The lack of flexural strength in Ethylene tetrafluoroethylene as superstrate is a weakness in the context rigid PV panels. But it is precisely the desired property for use in many other applications.

• Electrical Wire Insulations: High quality fire-resistant insulation for wires in critical systems like aircraft cabling have been using Ethylene tetrafluoroethylene ETFE for long.
• Roofing material in Outdoor Structures- ETFE single or multiple layered sheets are popular as a transparent, strong, fire-resistant and light weight roofing material in outdoor structures like greenhouses, stadiums, and other large buildings. It is claimed that ETFE roofing has just 1% of weight of glass over the same area.
• Flexible Solar Panels: The latest application for ETFE is as superstrate in flexible PV panels which are gaining popularity in multiple applications. Glass, being rigid, is just unfit, and there is no other real match for ETFE as superstrate for flexible panels.

Flexible Solar Panels

Flexible photovoltaic panels are being increasingly integrated into building designs, reducing costs and improving energy performance. This practice is broadly called building-integrated-photovoltaics (BIPV). Flexible photovoltaic panels are also considered good for portable solar power. Panels are available in the market which can be rolled. Vehicle windows could also use flexible solar panels. Future applications are unlimited, and these may find applications eg in aircraft windows or even personal wear.

Other Applications

Ethylene tetrafluoroethylene ETFE is a very versatile material. It has multiple uses outside the solar PV domain.
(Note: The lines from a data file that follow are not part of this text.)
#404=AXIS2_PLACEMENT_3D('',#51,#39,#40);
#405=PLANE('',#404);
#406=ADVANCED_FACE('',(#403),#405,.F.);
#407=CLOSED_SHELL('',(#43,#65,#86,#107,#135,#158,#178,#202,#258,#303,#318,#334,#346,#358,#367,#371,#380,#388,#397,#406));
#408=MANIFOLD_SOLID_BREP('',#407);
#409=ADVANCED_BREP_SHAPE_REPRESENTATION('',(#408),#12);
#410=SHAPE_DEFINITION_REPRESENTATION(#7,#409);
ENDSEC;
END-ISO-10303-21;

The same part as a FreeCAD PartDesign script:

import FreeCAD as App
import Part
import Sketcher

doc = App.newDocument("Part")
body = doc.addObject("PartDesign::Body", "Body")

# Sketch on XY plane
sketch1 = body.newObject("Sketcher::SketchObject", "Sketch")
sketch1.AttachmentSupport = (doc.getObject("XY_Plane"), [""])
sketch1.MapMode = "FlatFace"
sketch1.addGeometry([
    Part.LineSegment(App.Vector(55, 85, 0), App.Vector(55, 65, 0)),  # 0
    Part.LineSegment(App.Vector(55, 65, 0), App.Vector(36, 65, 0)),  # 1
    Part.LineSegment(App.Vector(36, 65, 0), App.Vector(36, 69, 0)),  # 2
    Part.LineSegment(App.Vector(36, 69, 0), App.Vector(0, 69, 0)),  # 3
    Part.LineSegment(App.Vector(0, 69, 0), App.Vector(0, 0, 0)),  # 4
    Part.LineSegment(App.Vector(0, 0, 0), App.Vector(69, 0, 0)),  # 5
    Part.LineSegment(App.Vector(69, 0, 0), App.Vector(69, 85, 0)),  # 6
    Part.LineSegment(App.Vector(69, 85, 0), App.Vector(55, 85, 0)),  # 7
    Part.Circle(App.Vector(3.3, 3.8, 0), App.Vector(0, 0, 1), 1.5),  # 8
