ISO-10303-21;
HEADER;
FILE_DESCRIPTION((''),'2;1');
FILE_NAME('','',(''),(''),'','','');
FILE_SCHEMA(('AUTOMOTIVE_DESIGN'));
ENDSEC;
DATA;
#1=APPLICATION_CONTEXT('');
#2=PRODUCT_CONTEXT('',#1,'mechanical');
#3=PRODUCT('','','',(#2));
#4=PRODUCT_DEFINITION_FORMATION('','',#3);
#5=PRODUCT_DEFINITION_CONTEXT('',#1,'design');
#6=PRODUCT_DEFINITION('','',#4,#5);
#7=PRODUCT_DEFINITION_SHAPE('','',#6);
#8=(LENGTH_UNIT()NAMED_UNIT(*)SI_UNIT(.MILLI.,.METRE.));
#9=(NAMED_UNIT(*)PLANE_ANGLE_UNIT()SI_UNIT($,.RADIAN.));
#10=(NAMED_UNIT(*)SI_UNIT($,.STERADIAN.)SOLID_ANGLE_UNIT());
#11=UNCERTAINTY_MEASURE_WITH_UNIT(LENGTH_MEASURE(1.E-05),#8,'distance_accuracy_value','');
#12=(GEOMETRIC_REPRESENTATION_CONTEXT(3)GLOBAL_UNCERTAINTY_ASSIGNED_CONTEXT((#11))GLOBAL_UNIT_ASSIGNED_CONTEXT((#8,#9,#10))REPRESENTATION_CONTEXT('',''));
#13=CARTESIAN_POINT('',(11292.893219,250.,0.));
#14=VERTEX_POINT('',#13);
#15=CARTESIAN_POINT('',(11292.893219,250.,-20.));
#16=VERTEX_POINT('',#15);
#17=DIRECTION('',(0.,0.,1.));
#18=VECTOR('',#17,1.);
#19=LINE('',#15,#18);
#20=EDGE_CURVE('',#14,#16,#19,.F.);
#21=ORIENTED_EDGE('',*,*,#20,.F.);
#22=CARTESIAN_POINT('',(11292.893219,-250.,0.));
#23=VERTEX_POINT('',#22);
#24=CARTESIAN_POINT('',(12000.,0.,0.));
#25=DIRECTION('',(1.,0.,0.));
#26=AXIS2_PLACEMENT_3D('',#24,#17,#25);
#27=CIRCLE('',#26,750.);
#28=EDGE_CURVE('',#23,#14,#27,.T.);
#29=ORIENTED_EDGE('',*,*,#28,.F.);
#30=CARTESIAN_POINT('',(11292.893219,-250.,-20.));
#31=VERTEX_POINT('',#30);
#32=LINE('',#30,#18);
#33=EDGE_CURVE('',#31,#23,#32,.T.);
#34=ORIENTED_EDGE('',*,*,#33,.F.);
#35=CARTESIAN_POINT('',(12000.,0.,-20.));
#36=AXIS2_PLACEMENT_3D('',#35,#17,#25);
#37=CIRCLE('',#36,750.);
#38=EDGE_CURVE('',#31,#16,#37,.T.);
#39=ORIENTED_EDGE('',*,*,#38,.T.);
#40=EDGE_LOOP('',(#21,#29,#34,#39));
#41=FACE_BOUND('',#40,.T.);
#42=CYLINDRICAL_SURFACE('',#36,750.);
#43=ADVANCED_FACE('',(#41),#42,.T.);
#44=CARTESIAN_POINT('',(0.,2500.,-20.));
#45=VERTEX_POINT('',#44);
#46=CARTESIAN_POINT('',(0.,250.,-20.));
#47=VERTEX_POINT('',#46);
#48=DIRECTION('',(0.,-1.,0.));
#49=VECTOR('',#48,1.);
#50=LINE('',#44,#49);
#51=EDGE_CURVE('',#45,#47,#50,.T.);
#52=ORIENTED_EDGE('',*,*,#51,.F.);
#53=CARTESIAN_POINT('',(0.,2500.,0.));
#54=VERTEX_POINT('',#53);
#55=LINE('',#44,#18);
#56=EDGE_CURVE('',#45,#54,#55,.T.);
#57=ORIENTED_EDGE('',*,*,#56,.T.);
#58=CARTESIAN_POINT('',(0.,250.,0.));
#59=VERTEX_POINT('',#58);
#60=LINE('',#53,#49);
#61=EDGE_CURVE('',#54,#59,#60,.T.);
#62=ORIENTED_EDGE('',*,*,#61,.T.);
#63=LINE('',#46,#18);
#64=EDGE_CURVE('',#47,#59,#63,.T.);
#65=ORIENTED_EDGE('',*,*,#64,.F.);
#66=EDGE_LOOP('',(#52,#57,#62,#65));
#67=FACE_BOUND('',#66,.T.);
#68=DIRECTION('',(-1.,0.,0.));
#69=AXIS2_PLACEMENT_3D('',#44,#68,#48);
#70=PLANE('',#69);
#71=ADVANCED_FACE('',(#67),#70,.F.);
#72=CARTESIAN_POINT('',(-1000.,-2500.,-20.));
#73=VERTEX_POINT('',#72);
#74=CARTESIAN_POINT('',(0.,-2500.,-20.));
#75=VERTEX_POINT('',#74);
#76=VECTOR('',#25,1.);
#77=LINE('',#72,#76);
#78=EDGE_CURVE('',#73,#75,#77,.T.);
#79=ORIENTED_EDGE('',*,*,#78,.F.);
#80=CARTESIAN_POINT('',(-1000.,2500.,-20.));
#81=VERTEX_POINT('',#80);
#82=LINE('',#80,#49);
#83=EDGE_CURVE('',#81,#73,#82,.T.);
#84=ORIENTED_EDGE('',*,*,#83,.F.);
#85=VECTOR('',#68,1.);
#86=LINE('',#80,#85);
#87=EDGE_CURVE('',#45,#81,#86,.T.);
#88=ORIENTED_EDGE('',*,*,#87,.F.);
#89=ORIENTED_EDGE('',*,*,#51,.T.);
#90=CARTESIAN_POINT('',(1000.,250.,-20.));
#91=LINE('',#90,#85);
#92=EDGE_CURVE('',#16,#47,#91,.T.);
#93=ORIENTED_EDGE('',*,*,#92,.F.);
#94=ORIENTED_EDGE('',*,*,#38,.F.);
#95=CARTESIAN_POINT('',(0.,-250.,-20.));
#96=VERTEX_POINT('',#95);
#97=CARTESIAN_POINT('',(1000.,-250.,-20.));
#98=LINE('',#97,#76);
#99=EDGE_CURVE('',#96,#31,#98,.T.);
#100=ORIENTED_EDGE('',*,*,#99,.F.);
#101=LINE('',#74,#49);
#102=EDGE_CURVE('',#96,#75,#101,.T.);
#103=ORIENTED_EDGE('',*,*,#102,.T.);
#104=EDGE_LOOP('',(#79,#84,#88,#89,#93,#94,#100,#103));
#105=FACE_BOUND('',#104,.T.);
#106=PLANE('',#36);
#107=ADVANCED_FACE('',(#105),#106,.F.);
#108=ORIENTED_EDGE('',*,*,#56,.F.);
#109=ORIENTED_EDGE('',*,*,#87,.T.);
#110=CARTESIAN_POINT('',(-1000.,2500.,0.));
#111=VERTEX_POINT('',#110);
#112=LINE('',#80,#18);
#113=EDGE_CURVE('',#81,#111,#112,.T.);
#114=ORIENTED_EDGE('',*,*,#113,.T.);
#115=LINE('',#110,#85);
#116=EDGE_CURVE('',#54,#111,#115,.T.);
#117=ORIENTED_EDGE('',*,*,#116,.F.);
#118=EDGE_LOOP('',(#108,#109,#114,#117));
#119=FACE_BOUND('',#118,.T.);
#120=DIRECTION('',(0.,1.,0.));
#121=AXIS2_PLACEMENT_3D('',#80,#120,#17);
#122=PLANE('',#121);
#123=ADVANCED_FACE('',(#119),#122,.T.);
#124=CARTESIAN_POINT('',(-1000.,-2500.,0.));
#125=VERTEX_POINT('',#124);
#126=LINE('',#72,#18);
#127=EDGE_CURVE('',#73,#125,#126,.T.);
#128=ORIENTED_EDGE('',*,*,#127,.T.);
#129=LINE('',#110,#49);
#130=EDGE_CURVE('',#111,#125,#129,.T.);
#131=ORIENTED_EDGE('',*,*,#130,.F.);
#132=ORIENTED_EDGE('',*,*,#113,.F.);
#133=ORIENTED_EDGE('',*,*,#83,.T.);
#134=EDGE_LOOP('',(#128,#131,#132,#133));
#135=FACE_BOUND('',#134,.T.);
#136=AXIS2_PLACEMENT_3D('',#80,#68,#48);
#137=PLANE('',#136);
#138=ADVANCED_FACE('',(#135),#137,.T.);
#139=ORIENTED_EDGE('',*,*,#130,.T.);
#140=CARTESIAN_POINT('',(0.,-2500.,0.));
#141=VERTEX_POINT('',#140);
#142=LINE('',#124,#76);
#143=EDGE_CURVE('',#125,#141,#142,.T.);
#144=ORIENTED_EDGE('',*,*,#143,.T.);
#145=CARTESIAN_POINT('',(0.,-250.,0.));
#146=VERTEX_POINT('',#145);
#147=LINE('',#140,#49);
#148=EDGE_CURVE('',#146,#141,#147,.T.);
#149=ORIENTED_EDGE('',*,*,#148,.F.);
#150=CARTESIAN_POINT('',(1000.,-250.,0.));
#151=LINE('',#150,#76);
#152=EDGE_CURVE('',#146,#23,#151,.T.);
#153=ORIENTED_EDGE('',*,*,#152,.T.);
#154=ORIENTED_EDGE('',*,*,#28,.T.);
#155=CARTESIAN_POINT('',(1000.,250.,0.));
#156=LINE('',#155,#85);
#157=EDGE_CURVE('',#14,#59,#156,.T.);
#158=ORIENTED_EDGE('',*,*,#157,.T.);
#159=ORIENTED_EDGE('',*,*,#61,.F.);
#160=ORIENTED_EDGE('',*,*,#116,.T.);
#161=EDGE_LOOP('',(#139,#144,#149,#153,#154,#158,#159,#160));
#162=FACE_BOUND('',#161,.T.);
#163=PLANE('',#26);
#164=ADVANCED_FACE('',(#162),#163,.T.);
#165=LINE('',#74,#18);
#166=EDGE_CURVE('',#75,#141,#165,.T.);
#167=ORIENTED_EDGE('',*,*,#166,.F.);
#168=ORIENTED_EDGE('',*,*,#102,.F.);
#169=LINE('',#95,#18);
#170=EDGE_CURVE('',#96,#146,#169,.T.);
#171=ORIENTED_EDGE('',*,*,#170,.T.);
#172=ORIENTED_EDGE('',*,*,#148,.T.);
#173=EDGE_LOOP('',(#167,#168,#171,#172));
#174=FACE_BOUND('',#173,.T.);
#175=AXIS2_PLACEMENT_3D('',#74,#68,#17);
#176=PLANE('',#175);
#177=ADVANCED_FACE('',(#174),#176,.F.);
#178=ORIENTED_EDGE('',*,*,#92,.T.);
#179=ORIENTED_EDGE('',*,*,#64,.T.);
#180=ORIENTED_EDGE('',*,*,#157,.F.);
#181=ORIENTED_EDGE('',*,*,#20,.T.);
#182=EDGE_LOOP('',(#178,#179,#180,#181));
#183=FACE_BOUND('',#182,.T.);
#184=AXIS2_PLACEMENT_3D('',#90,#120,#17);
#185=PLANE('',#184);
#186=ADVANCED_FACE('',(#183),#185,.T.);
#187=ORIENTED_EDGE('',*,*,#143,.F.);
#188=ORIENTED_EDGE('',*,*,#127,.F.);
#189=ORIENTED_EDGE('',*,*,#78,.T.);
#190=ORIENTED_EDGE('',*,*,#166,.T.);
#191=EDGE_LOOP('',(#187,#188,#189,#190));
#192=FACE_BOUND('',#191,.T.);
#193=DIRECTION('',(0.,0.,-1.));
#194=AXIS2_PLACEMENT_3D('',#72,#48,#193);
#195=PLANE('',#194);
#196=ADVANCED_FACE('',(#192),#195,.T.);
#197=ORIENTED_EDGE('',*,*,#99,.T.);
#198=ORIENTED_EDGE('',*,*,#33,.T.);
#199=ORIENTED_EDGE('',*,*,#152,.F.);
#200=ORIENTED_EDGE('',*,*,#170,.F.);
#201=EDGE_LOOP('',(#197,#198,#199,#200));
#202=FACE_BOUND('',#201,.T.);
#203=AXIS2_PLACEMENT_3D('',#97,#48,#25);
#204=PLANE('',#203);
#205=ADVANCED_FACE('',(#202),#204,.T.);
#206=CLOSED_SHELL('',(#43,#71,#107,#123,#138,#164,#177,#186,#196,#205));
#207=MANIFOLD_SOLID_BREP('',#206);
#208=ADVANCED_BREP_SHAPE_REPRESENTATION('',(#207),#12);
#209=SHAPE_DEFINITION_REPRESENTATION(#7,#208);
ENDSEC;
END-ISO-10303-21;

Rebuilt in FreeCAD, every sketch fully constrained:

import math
import FreeCAD as App
import Part
import Sketcher

V = App.Vector

doc = App.newDocument("Part")
body = doc.addObject("PartDesign::Body", "Body")

# Sketch on XY plane
sketch1 = body.newObject("Sketcher::SketchObject", "Sketch")
sketch1.AttachmentSupport = (doc.getObject("XY_Plane"), [""])
sketch1.MapMode = "FlatFace"
sketch1.addGeometry(Part.LineSegment(V(5000, 250, 0), V(1000, 250, 0)), False)
sketch1.addGeometry(Part.LineSegment(V(1000, 250, 0), V(1000, 2500, 0)), False)
sketch1.addGeometry(Part.LineSegment(V(1000, 2500, 0), V(-1000, 2500, 0)), False)
sketch1.addGeometry(Part.LineSegment(V(-1000, 2500, 0), V(-1000, -2500, 0)), False)
sketch1.addGeometry(Part.LineSegment(V(-1000, -2500, 0), V(1000, -2500, 0)), False)
sketch1.addGeometry(Part.LineSegment(V(1000, -2500, 0), V(1000, -250, 0)), False)
sketch1.addGeometry(Part.LineSegment(V(1000, -250, 0), V(5000, -250, 0)), False)
sketch1.addGeometry(Part.LineSegment(V(5000, -250, 0), V(5000, -125, 0)), False)
sketch1.addGeometry(Part.LineSegment(V(5000, -125, 0), V(9000, -125, 0)), False)
sketch1.addGeometry(Part.LineSegment(V(9000, -125, 0), V(9000, -100, 0)), False)
sketch1.addGeometry(Part.LineSegment(V(9000, -100, 0), V(11257, -100, 0)), False)
sketch1.addGeometry(Part.ArcOfCircle(Part.Circle(V(12000, 0, 0), V(0, 0, 1), 750), math.radians(-172), math.radians(172)), False)
sketch1.addGeometry(Part.LineSegment(V(11257, 100, 0), V(9000, 100, 0)), False)
sketch1.addGeometry(Part.LineSegment(V(9000, 100, 0), V(9000, 125, 0)), False)
sketch1.addGeometry(Part.LineSegment(V(9000, 125, 0), V(5000, 125, 0)), False)
sketch1.addGeometry(Part.LineSegment(V(5000, 125, 0), V(5000, 250, 0)), False)
sketch1.addConstraint(Sketcher.Constraint("Coincident", 0, 2, 1, 1))
sketch1.addConstraint(Sketcher.Constraint("Coincident", 1, 2, 2, 1))
sketch1.addConstraint(Sketcher.Constraint("Coincident", 2, 2, 3, 1))
sketch1.addConstraint(Sketcher.Constraint("Coincident", 3, 2, 4, 1))
sketch1.addConstraint(Sketcher.Constraint("Coincident", 4, 2, 5, 1))
sketch1.addConstraint(Sketcher.Constraint("Coincident", 5, 2, 6, 1))
sketch1.addConstraint(Sketcher.Constraint("Coincident", 6, 2, 7, 1))
sketch1.addConstraint(Sketcher.Constraint("Coincident", 7, 2, 8, 1))
sketch1.addConstraint(Sketcher.Constraint("Coincident", 8, 2, 9, 1))
sketch1.addConstraint(Sketcher.Constraint("Coincident", 9, 2, 10, 1))
sketch1.addConstraint(Sketcher.Constraint("Coincident", 10, 2, 11, 1))
sketch1.addConstraint(Sketcher.Constraint("Coincident", 11, 2, 12, 1))
sketch1.addConstraint(Sketcher.Constraint("Coincident", 12, 2, 13, 1))
sketch1.addConstraint(Sketcher.Constraint("Coincident", 13, 2, 14, 1))
sketch1.addConstraint(Sketcher.Constraint("Coincident", 14, 2, 15, 1))
sketch1.addConstraint(Sketcher.Constraint("Coincident", 15, 2, 0, 1))
sketch1.addConstraint(Sketcher.Constraint("Horizontal", 0))
sketch1.addConstraint(Sketcher.Constraint("Vertical", 1))
sketch1.addConstraint(Sketcher.Constraint("Horizontal", 2))
sketch1.addConstraint(Sketcher.Constraint("Vertical", 3))
sketch1.addConstraint(Sketcher.Constraint("Horizontal", 4))
sketch1.addConstraint(Sketcher.Constraint("Vertical", 5))
sketch1.addConstraint(Sketcher.Constraint("Horizontal", 6))
sketch1.addConstraint(Sketcher.Constraint("Vertical", 7))
sketch1.addConstraint(Sketcher.Constraint("Horizontal", 8))
sketch1.addConstraint(Sketcher.Constraint("Vertical", 9))
sketch1.addConstraint(Sketcher.Constraint("Horizontal", 10))
sketch1.addConstraint(Sketcher.Constraint("Horizontal", 12))
sketch1.addConstraint(Sketcher.Constraint("Vertical", 13))
sketch1.addConstraint(Sketcher.Constraint("Horizontal", 14))
sketch1.addConstraint(Sketcher.Constraint("Vertical", 15))
sketch1.addConstraint(Sketcher.Constraint("Symmetric", 1, 2, 3, 2, -1, 1))
sketch1.addConstraint(Sketcher.Constraint("Symmetric", 0, 2, 5, 2, -1))
sketch1.addConstraint(Sketcher.Constraint("Symmetric", 9, 2, 12, 2, -1))
sketch1.addConstraint(Sketcher.Constraint("Symmetric", 7, 2, 14, 2, -1))
sketch1.addConstraint(Sketcher.Constraint("PointOnObject", 11, 3, -1))
sketch1.addConstraint(Sketcher.Constraint("Equal", 6, 8))
sketch1.addConstraint(Sketcher.Constraint("Radius", 11, 750.0))
sketch1.addConstraint(Sketcher.Constraint("DistanceX", 0, 2, 0, 1, 4000.0))
sketch1.addConstraint(Sketcher.Constraint("DistanceX", 2, 2, 2, 1, 2000.0))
• ETFE is very suitable for outdoor architectural structures because of its response at ultraviolet as well as IR frequencies. It is valuable because of its high transparency, light weight, chemical stability and strength. Although very transparent it can also be used as solar control material by changing color with additives.
• In the automobile field it is used in construction of gaskets, O rings, and seals. It resists permeation by petroleum and derivatives and hence is used in lining of hoses and tubing of transmission, power steering, and fuel.
• Because of its insulation properties it is used in electrical cable and wire jacket and insulation, and in wire coatings. It is also used in coil formers, battery parts, and in switches and sockets as insulator.
• It is used as lining in many parts of machines.
• In the medical field it is used as parts in centrifuges, respirators, evaporators, blood analyzer valves, etc.
• It is also used as film in the food and pharmaceutical industry, and as heat shrinkable tubing and in electroluminescent displays in the relevant industries.